* Directions for this task
Return, word for word, only the lines of the data below that lie between the line with "# Parameters (mm, degrees)" and the line with "Rectangle(SKETCH3_W_2, SKETCH3_H_2)", those two lines included.

——————

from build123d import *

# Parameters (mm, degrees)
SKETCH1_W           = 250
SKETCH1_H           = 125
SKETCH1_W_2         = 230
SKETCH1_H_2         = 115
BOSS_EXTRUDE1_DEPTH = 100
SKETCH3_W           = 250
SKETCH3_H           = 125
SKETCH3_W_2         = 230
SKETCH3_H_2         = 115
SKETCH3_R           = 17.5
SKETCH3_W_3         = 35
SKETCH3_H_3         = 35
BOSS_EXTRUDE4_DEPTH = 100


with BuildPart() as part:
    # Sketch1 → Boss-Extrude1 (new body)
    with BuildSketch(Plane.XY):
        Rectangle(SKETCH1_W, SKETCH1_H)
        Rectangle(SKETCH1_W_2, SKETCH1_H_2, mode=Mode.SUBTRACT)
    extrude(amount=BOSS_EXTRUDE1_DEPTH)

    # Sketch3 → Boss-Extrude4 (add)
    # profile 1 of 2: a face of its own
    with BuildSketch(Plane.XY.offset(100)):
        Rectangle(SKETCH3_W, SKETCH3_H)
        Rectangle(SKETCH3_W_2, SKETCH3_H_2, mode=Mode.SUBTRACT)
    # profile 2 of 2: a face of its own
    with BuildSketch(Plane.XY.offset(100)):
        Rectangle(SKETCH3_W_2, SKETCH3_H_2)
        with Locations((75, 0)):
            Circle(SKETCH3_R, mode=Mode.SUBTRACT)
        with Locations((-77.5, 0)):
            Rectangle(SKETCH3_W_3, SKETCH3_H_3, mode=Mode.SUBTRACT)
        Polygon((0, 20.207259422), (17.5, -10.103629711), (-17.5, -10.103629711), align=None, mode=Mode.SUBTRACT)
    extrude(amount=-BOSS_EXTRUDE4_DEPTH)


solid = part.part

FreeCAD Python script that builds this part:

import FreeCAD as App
import Part
import Sketcher
from FreeCAD import Vector
Q = App.Units.Quantity


def add_polygon(sketch, points):
    """Adds a closed chain of lines whose ends are joined by coincident constraints."""
    first, n = sketch.GeometryCount, len(points)
    for a, b in zip(points, points[1:] + points[:1]):
        sketch.addGeometry(Part.LineSegment(App.Vector(*a, 0), App.Vector(*b, 0)), False)
    for i in range(n):
        sketch.addConstraint(Sketcher.Constraint("Coincident", first + i, 2, first + (i + 1) % n, 1))

doc = App.newDocument("Part")
params = doc.addObject("Spreadsheet::Sheet", "Params")
for row, (alias, value) in enumerate([
    ("sketch1_width", "250 mm"),
    ("sketch1_width2", "230 mm"),
    ("sketch1_height", "125 mm"),
    ("sketch1_height2", "115 mm"),
    ("pad1_length", "100 mm"),
    ("sketch2_diameter", "35 mm"),
    ("sketch2_width", "250 mm"),
    ("sketch2_width2", "35 mm"),
    ("sketch2_height", "125 mm"),
    ("pad2_length", "100 mm"),
], start=1):
    params.set(f"A{row}", alias)
    params.set(f"B{row}", "=" + value)
    params.setAlias(f"B{row}", alias)

body = doc.addObject("PartDesign::Body", "Body")

sketch1 = body.newObject("Sketcher::SketchObject", "Sketch")
sketch1.AttachmentSupport = (doc.getObject("XY_Plane"), [""])
sketch1.MapMode = "FlatFace"
add_polygon(sketch1, [(-125, 62), (-125, -62), (125, -62), (125, 62)])
add_polygon(sketch1, [(115, -58), (-115, -58), (-115, 58), (115, 58)])
sketch1.addConstraint([
    Sketcher.Constraint("Vertical", 0),
    Sketcher.Constraint("Horizontal", 1),
    Sketcher.Constraint("Vertical", 2),
    Sketcher.Constraint("Horizontal", 3),
    Sketcher.Constraint("Horizontal", 4),
    Sketcher.Constraint("Vertical", 5),
    Sketcher.Constraint("Horizontal", 6),
    Sketcher.Constraint("Vertical", 7),
    Sketcher.Constraint("Symmetric", 0, 2, 2, 2, -1, 1),
    Sketcher.Constraint("Symmetric", 4, 2, 6, 2, -1, 1),
    Sketcher.Constraint("DistanceX", 1, 1, 1, 2, 250.0),
    Sketcher.Constraint("DistanceX", 4, 2, 4, 1, 230.0),
    Sketcher.Constraint("DistanceY", 0, 2, 0, 1, 125.0),
    Sketcher.Constraint("DistanceY", 5, 1, 5, 2, 115.0),
])
sketch1.setExpression("Constraints[18]", "Params.sketch1_width")
sketch1.setExpression("Constraints[19]", "Params.sketch1_width2")
sketch1.setExpression("Constraints[20]", "Params.sketch1_height")
sketch1.setExpression("Constraints[21]", "Params.sketch1_height2")
pad1 = body.newObject("PartDesign::Pad", "Pad")
pad1.Profile = sketch1
pad1.setExpression("Length", "Params.pad1_length")

sketch2 = body.newObject("Sketcher::SketchObject", "Sketch001")
sketch2.AttachmentSupport = (doc.getObject("XY_Plane"), [""])
sketch2.MapMode = "FlatFace"
sketch2.AttachmentOffset = App.Placement(Vector(0, 0, 100), App.Rotation())
add_polygon(sketch2, [(-125, 62), (-125, -62), (125, -62), (125, 62)])
sketch2.addGeometry(Part.Circle(Vector(75, 0, 0), Vector(0, 0, 1), 18), False)
add_polygon(sketch2, [(0, 20), (18, -10), (-18, -10)])
add_polygon(sketch2, [(-60, -18), (-95, -18), (-95, 18), (-60, 18)])
sketch2.addConstraint([
    Sketcher.Constraint("Vertical", 0),
    Sketcher.Constraint("Horizontal", 1),
    Sketcher.Constraint("Vertical", 2),
    Sketcher.Constraint("Horizontal", 3),
    Sketcher.Constraint("Horizontal", 6),
    Sketcher.Constraint("Horizontal", 8),
    Sketcher.Constraint("Vertical", 9),
    Sketcher.Constraint("Horizontal", 10),
    Sketcher.Constraint("Vertical", 11),
    Sketcher.Constraint("Symmetric", 0, 2, 2, 2, -1, 1),
    Sketcher.Constraint("PointOnObject", 4, 3, -1),
    Sketcher.Constraint("PointOnObject", 7, 2, -2),
    Sketcher.Constraint("Equal", 6, 8),
    Sketcher.Constraint("Equal", 10, 9),
    Sketcher.Constraint("Equal", 5, 7),
    Sketcher.Constraint("Diameter", 4, 35.0),
    Sketcher.Constraint("DistanceX", 1, 1, 1, 2, 250.0),
    Sketcher.Constraint("DistanceX", 6, 2, 6, 1, 35.0),
    Sketcher.Constraint("DistanceY", 0, 2, 0, 1, 125.0),
    Sketcher.Constraint("Angle", 5, Q("-60 deg")),
    Sketcher.Constraint("DistanceX", -1, 1, 4, 3, 75.0),
    Sketcher.Constraint("DistanceX", 8, 2, -1, 1, 95.0),
    Sketcher.Constraint("DistanceY", 0, 2, 8, 2, 45.0),
    Sketcher.Constraint("DistanceY", 5, 2, -1, 1, 10.10363),
])
sketch2.setExpression("Constraints[26]", "Params.sketch2_diameter")
sketch2.setExpression("Constraints[27]", "Params.sketch2_width")
sketch2.setExpression("Constraints[28]", "Params.sketch2_width2")
sketch2.setExpression("Constraints[29]", "Params.sketch2_height")
pad2 = body.newObject("PartDesign::Pad", "Pad001")
pad2.Profile = sketch2
pad2.setExpression("Length", "Params.pad2_length")
pad2.Reversed = True

doc.recompute()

——————

* Answer to this exercise
# Parameters (mm, degrees)
SKETCH1_W           = 250
SKETCH1_H           = 125
SKETCH1_W_2         = 230
SKETCH1_H_2         = 115
BOSS_EXTRUDE1_DEPTH = 100
SKETCH3_W           = 250
SKETCH3_H           = 125
SKETCH3_W_2         = 230
SKETCH3_H_2         = 115
SKETCH3_R           = 17.5
SKETCH3_W_3         = 35
SKETCH3_H_3         = 35
BOSS_EXTRUDE4_DEPTH = 100


with BuildPart() as part:
    # Sketch1 → Boss-Extrude1 (new body)
    with BuildSketch(Plane.XY):
        Rectangle(SKETCH1_W, SKETCH1_H)
        Rectangle(SKETCH1_W_2, SKETCH1_H_2, mode=Mode.SUBTRACT)
    extrude(amount=BOSS_EXTRUDE1_DEPTH)

    # Sketch3 → Boss-Extrude4 (add)
    # profile 1 of 2: a face of its own
    with BuildSketch(Plane.XY.offset(100)):
        Rectangle(SKETCH3_W, SKETCH3_H)
        Rectangle(SKETCH3_W_2, SKETCH3_H_2, mode=Mode.SUBTRACT)
    # profile 2 of 2: a face of its own
    with BuildSketch(Plane.XY.offset(100)):
        Rectangle(SKETCH3_W_2, SKETCH3_H_2)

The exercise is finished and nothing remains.